GSoC 2018 Project Summary: Infection Monkey

05 Feb 2019 Daniel Haslinger 2018 gsoc gsoc2018 infection-monkey project student

The Infection-Monkey team for GSoC 2018 wrote this post as a project summary of their GSoC 2018 experience

Team:

Student: Vakaris Žilius

Mentor: Daniel Goldberg

Introduction

During GSOC 2018, Vakaris worked with me on the Infection Monkey.

The Infection Monkey is an open source security tool for testing a data center’s resiliency to perimeter breaches and internal server infection. The Monkey uses various methods to self propagate across a data center and reports success to a centralized Monkey Island server.

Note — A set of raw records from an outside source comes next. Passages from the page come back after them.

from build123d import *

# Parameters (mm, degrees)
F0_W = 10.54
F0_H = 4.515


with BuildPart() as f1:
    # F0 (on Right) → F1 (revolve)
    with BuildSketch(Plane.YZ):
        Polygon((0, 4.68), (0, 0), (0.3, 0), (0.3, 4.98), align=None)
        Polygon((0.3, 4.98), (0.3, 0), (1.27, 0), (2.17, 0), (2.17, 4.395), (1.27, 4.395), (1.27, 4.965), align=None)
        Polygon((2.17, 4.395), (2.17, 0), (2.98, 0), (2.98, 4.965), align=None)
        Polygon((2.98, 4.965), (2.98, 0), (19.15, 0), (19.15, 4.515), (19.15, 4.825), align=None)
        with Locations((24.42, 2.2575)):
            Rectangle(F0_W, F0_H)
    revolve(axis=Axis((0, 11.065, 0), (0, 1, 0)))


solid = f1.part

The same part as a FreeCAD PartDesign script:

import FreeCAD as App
import Part
import Sketcher

V = App.Vector
Q = App.Units.Quantity

doc = App.newDocument("Part")
body = doc.addObject("PartDesign::Body", "Body")

# Sketch on YZ plane
sketch1 = body.newObject("Sketcher::SketchObject", "Sketch")
sketch1.AttachmentSupport = (doc.getObject("YZ_Plane"), [""])
sketch1.MapMode = "FlatFace"
sketch1.addGeometry([
    Part.LineSegment(V(0, 4.68, 0), V(0, 0, 0)),  # 0
    Part.LineSegment(V(0, 0, 0), V(29.69, 0, 0)),  # 1
    Part.LineSegment(V(29.69, 0, 0), V(29.69, 4.51, 0)),  # 2
    Part.LineSegment(V(29.69, 4.51, 0), V(19.15, 4.51, 0)),  # 3
    Part.LineSegment(V(19.15, 4.51, 0), V(19.15, 4.83, 0)),  # 4
    Part.LineSegment(V(19.15, 4.83, 0), V(2.98, 4.96, 0)),  # 5
    Part.LineSegment(V(2.98, 4.96, 0), V(2.17, 4.39, 0)),  # 6
    Part.LineSegment(V(2.17, 4.39, 0), V(1.27, 4.39, 0)),  # 7
    Part.LineSegment(V(1.27, 4.39, 0), V(1.27, 4.96, 0)),  # 8
    Part.LineSegment(V(1.27, 4.96, 0), V(0.3, 4.98, 0)),  # 9
    Part.LineSegment(V(0.3, 4.98, 0), V(0, 4.68, 0)),  # 10
], False)
sketch1.addConstraint([
    Sketcher.Constraint("Coincident", 0, 2, 1, 1),
    Sketcher.Constraint("Coincident", 1, 2, 2, 1),
    Sketcher.Constraint("Coincident", 2, 2, 3, 1),
    Sketcher.Constraint("Coincident", 3, 2, 4, 1),
    Sketcher.Constraint("Coincident", 4, 2, 5, 1),
    Sketcher.Constraint("Coincident", 5, 2, 6, 1),
    Sketcher.Constraint("Coincident", 6, 2, 7, 1),
    Sketcher.Constraint("Coincident", 7, 2, 8, 1),
    Sketcher.Constraint("Coincident", 8, 2, 9, 1),
    Sketcher.Constraint("Coincident", 9, 2, 10, 1),
    Sketcher.Constraint("Coincident", 10, 2, 0, 1),
    Sketcher.Constraint("Vertical", 0),
    Sketcher.Constraint("Horizontal", 1),
    Sketcher.Constraint("Vertical", 2),
    Sketcher.Constraint("Horizontal", 3),
    Sketcher.Constraint("Vertical", 4),
    Sketcher.Constraint("Horizontal", 7),
    Sketcher.Constraint("Vertical", 8),
    Sketcher.Constraint("Coincident", 0, 2, -1, 1),
    Sketcher.Constraint("Horizontal", 5, 2, 8, 2),
    Sketcher.Constraint("Angle", 10, Q("-135 deg")),
    Sketcher.Constraint("DistanceX", 7, 2, 7, 1, Q("0.9 mm")),
    Sketcher.Constraint("DistanceX", 1, 1, 1, 2, Q("29.69 mm")),
    Sketcher.Constraint("DistanceX", 3, 2, 3, 1, Q("10.54 mm")),
    Sketcher.Constraint("DistanceY", 0, 2, 0, 1, Q("4.68 mm")),
    Sketcher.Constraint("DistanceY", 4, 1, 4, 2, Q("0.31 mm")),
    Sketcher.Constraint("DistanceY", 8, 1, 8, 2, Q("0.57 mm")),
    Sketcher.Constraint("DistanceX", -1, 1, 9, 2, Q("0.3 mm")),
    Sketcher.Constraint("DistanceY", 2, 1, 2, 2, Q("4.515 mm")),
    Sketcher.Constraint("DistanceX", -1, 1, 5, 2, Q("2.98 mm")),
    Sketcher.Constraint("DistanceX", -1, 1, 6, 2, Q("2.17 mm")),
    Sketcher.Constraint("DistanceY", 4, 2, 5, 2, Q("0.14 mm")),
])
revolution = body.newObject("PartDesign::Revolution", "Revolution")
revolution.Profile = sketch1
revolution.ReferenceAxis = (sketch1, ["H_Axis"])
revolution.Angle = 360

doc.recompute()
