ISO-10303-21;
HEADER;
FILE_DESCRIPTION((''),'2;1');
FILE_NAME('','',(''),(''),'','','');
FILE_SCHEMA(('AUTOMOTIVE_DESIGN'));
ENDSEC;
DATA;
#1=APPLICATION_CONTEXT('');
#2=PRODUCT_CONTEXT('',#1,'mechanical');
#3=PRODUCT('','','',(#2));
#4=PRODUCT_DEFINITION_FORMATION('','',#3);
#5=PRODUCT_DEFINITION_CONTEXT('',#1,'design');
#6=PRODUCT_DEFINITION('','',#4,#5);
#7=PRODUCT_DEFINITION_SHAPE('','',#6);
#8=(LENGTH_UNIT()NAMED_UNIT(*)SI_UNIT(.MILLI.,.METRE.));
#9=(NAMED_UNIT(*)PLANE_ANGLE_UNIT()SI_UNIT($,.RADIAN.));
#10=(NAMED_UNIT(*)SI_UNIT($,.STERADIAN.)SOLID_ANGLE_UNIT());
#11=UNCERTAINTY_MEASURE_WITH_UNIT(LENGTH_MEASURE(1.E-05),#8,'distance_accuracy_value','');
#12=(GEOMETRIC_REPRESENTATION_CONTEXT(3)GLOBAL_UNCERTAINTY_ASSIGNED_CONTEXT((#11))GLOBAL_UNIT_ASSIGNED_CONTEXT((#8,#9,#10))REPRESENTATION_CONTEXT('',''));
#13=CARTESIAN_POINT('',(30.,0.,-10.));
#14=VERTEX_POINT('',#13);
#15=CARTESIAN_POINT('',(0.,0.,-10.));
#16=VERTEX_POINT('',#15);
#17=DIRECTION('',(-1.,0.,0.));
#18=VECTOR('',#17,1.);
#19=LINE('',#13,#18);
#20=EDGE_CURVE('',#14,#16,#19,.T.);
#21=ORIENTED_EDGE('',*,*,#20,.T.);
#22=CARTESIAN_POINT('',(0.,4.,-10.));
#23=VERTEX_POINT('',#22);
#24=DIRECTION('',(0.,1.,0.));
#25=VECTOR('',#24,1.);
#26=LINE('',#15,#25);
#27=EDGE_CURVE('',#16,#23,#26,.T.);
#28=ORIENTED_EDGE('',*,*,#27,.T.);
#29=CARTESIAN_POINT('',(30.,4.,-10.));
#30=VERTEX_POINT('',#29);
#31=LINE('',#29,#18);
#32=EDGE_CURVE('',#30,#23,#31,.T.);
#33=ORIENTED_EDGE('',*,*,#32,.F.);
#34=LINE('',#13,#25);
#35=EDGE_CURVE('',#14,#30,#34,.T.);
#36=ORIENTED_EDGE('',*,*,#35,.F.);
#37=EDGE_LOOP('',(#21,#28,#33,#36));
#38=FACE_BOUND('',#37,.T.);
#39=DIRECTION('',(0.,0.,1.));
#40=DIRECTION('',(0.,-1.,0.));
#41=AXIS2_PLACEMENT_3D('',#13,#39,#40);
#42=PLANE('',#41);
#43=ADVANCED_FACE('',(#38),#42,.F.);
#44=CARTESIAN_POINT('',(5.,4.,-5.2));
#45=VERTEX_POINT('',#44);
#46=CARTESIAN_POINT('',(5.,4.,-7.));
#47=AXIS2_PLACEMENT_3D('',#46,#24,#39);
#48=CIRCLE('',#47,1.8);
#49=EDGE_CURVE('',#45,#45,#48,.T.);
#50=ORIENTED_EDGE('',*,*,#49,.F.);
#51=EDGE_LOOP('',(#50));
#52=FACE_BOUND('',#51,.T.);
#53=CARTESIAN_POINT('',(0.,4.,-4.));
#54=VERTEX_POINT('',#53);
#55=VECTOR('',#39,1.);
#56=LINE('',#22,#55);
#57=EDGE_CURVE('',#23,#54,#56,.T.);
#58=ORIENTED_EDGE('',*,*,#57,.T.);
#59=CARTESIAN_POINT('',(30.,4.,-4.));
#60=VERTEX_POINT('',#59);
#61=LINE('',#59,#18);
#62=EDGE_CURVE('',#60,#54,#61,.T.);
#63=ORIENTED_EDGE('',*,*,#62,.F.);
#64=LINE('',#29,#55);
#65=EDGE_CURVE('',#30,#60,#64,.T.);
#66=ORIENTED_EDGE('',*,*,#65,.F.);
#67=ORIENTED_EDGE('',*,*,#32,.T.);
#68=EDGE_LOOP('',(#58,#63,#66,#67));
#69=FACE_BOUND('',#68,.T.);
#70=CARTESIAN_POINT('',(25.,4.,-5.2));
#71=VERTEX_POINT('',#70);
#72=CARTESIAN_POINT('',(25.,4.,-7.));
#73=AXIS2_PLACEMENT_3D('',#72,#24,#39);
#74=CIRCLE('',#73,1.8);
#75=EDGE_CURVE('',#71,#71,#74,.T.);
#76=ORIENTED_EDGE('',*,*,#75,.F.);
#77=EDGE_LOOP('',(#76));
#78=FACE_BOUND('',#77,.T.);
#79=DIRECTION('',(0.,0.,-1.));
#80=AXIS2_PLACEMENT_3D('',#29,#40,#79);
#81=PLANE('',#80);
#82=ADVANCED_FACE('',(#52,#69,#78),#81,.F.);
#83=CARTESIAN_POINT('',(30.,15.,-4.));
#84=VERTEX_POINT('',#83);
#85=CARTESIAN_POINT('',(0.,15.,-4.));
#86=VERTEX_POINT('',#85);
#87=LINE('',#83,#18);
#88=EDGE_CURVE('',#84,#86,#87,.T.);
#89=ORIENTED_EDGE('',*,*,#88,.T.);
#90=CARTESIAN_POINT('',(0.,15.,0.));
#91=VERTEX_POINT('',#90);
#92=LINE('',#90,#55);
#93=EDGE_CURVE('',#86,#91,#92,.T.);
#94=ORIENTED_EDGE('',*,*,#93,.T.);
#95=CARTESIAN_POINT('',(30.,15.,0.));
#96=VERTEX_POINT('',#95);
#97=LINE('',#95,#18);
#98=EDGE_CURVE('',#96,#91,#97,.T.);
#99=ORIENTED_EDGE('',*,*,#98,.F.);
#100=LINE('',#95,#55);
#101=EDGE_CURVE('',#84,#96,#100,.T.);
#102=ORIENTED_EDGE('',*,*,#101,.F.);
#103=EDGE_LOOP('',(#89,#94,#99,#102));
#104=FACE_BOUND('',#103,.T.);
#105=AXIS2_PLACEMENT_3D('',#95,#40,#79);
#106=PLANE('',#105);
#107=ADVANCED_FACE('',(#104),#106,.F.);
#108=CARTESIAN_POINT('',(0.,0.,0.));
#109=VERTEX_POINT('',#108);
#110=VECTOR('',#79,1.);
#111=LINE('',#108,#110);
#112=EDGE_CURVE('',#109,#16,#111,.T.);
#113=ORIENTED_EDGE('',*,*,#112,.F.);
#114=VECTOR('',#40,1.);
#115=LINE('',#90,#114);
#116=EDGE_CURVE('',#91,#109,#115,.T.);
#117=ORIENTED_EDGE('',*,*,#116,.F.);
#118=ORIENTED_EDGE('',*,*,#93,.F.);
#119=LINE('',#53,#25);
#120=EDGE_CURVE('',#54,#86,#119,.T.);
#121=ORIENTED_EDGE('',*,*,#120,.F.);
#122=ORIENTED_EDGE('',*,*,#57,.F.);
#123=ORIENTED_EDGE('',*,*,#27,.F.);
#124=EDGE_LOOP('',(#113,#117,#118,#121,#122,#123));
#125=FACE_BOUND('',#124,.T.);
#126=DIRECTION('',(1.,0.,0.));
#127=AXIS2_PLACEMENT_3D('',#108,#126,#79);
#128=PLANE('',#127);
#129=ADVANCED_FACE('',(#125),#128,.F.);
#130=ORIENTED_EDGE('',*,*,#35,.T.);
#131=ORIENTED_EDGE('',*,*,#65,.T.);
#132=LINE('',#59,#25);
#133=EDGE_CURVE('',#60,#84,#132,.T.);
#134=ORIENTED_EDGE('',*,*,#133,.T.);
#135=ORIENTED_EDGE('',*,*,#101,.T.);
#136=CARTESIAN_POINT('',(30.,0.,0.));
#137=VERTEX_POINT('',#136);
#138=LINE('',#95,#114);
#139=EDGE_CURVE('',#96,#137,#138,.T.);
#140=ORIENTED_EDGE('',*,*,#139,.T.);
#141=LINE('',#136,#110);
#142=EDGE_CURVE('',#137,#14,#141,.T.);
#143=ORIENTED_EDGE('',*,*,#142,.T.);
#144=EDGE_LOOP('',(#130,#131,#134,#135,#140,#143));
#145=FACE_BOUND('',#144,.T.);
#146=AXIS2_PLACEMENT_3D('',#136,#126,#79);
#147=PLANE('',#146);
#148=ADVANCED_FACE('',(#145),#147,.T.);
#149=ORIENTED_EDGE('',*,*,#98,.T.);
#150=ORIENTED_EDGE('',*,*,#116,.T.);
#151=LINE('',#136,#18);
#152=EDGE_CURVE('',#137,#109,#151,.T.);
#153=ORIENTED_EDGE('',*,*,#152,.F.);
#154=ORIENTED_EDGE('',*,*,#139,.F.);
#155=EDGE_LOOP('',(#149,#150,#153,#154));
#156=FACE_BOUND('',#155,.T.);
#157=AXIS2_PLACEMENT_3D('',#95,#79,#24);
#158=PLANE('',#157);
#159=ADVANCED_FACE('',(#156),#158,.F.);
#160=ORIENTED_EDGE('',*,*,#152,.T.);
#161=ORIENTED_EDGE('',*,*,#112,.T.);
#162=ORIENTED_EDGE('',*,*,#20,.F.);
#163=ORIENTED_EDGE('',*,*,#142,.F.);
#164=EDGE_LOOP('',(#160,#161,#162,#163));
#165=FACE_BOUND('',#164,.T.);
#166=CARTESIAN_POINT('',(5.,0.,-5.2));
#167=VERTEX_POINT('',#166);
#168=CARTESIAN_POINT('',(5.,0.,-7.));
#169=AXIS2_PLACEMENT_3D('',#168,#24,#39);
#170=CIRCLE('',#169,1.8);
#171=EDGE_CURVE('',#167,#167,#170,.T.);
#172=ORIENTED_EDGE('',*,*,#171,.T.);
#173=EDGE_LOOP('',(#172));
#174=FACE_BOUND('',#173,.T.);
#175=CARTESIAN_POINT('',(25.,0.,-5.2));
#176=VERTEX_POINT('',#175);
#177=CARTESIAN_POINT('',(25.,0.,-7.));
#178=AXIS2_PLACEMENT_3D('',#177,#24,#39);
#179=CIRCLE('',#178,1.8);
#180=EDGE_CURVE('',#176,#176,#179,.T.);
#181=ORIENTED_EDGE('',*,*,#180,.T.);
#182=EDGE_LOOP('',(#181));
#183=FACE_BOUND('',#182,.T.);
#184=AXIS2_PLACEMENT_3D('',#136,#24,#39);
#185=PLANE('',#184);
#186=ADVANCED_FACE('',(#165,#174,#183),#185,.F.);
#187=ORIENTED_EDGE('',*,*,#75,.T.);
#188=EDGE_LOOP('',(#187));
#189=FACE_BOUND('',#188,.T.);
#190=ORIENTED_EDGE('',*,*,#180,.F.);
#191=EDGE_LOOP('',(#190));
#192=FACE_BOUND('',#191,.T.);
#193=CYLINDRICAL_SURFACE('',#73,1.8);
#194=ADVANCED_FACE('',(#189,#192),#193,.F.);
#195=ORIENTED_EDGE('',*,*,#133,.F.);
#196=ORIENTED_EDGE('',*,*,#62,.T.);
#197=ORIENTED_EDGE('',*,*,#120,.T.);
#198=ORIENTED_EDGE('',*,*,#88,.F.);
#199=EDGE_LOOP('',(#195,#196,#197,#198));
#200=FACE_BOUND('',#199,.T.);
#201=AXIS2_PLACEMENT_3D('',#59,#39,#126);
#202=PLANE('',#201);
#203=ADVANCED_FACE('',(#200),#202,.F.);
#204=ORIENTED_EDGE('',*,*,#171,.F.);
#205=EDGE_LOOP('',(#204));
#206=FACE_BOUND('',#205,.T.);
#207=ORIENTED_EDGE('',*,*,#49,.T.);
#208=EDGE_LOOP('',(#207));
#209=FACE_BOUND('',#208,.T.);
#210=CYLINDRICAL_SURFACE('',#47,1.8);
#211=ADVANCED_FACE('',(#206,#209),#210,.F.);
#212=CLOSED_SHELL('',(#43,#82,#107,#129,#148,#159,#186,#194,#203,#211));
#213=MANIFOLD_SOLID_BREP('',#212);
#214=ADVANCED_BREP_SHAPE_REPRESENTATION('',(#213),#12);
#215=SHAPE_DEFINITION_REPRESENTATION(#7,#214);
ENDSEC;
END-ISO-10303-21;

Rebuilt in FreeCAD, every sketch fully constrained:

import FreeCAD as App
import Part
import Sketcher
from FreeCAD import Vector

doc = App.newDocument("Part")
body = doc.addObject("PartDesign::Body", "Body")

sketch1 = body.newObject("Sketcher::SketchObject", "Sketch")
sketch1.AttachmentSupport = (doc.getObject("YZ_Plane"), [""])
sketch1.MapMode = "FlatFace"
sketch1.addGeometry([
    Part.LineSegment(Vector(15, 0, 0), Vector(0, 0, 0)),
    Part.LineSegment(Vector(0, 0, 0), Vector(0, -10, 0)),
    Part.LineSegment(Vector(0, -10, 0), Vector(4, -10, 0)),
    Part.LineSegment(Vector(4, -10, 0), Vector(4, -4, 0)),
    Part.LineSegment(Vector(4, -4, 0), Vector(15, -4, 0)),
    Part.LineSegment(Vector(15, -4, 0), Vector(15, 0, 0)),
], False)
sketch1.addConstraint([
    Sketcher.Constraint("Coincident", 0, 2, 1, 1),
    Sketcher.Constraint("Coincident", 1, 2, 2, 1),
    Sketcher.Constraint("Coincident", 2, 2, 3, 1),
    Sketcher.Constraint("Coincident", 3, 2, 4, 1),
    Sketcher.Constraint("Coincident", 4, 2, 5, 1),
    Sketcher.Constraint("Coincident", 5, 2, 0, 1),
    Sketcher.Constraint("Horizontal", 0),
    Sketcher.Constraint("Vertical", 1),
    Sketcher.Constraint("Horizontal", 2),
    Sketcher.Constraint("Vertical", 3),
    Sketcher.Constraint("Horizontal", 4),
    Sketcher.Constraint("Vertical", 5),
    Sketcher.Constraint("Coincident", 0, 2, -1, 1),
    Sketcher.Constraint("Equal", 2, 5),
    Sketcher.Constraint("DistanceX", 0, 2, 0, 1, 15.0),
    Sketcher.Constraint("DistanceX", 2, 1, 2, 2, 4.0),
    Sketcher.Constraint("DistanceY", 1, 2, 1, 1, 10.0),
])
pad1 = body.newObject("PartDesign::Pad", "Pad")
pad1.Profile = sketch1
pad1.Length = 30

sketch2 = body.newObject("Sketcher::SketchObject", "Sketch001")
sketch2.AttachmentSupport = (doc.getObject("XZ_Plane"), [""])
sketch2.MapMode = "FlatFace"
sketch2.AttachmentOffset = App.Placement(Vector(0, 0, -4), App.Rotation())
sketch2.addGeometry([
    Part.Circle(Vector(5, -7, 0), Vector(0, 0, 1), 1.8),
    Part.Circle(Vector(25, -7, 0), Vector(0, 0, 1), 1.8),
], False)
sketch2.addConstraint([
    Sketcher.Constraint("Equal", 0, 1),
    Sketcher.Constraint("Horizontal", 0, 3, 1, 3),
    Sketcher.Constraint("Diameter", 0, 3.6),
    Sketcher.Constraint("DistanceX", -1, 1, 0, 3, 5.0),
    Sketcher.Constraint("DistanceY", 0, 3, -1, 1, 7.0),
    Sketcher.Constraint("DistanceX", -1, 1, 1, 3, 25.0),
])
doc.recompute()
hole = body.newObject("PartDesign::Hole", "Hole")
hole.Profile = sketch2
hole.ThreadType = "None"
hole.Diameter = 3.6
hole.DepthType = "ThroughAll"
hole.Reversed = True

doc.recompute()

As part of the project, Vakaris implemented a new framework for web vulnerabilities and added multiple new exploit methods using this framework. This makes it far easier for other contributors to add new exploits and gives the Infection Monkey some serious power in older networks.

Features coded during GSOC

  • A remote exploit for Struts2 jakarta multiparser RCE exploit ( CVE-2017-5638 ) PR #179
  • A remote exploit for Oracle WebLogic REST API (CVE-2017-10271) PR #180
  • And Remote code execution on HADOOP server with YARN and default settings PR #182
  • A new framework that all these exploits use to easily develop new web attacks PR #159
  • SSH key stealing, allowing the Monkey to propagate in networks that use SSH keys for authentication. PR #138

As part of this work, Vakaris identified and fixed dozens of small bugs spread across multiple features. From this work we identified issues we’d like to solve in the future like

  • It’s still really hard to add new exploits, as it requires adding code to multiple ancillary files like the report generation mechanism.
  • Python 2.7 is going to die and new useful libraries are Python 3 only, so we’ll need to migrate the code

Challenges and learning experiences (Written by Vakaris)

I can’t say that any task was particularly more challenging than the rest, because my competence grew at the same pace as task difficulty did.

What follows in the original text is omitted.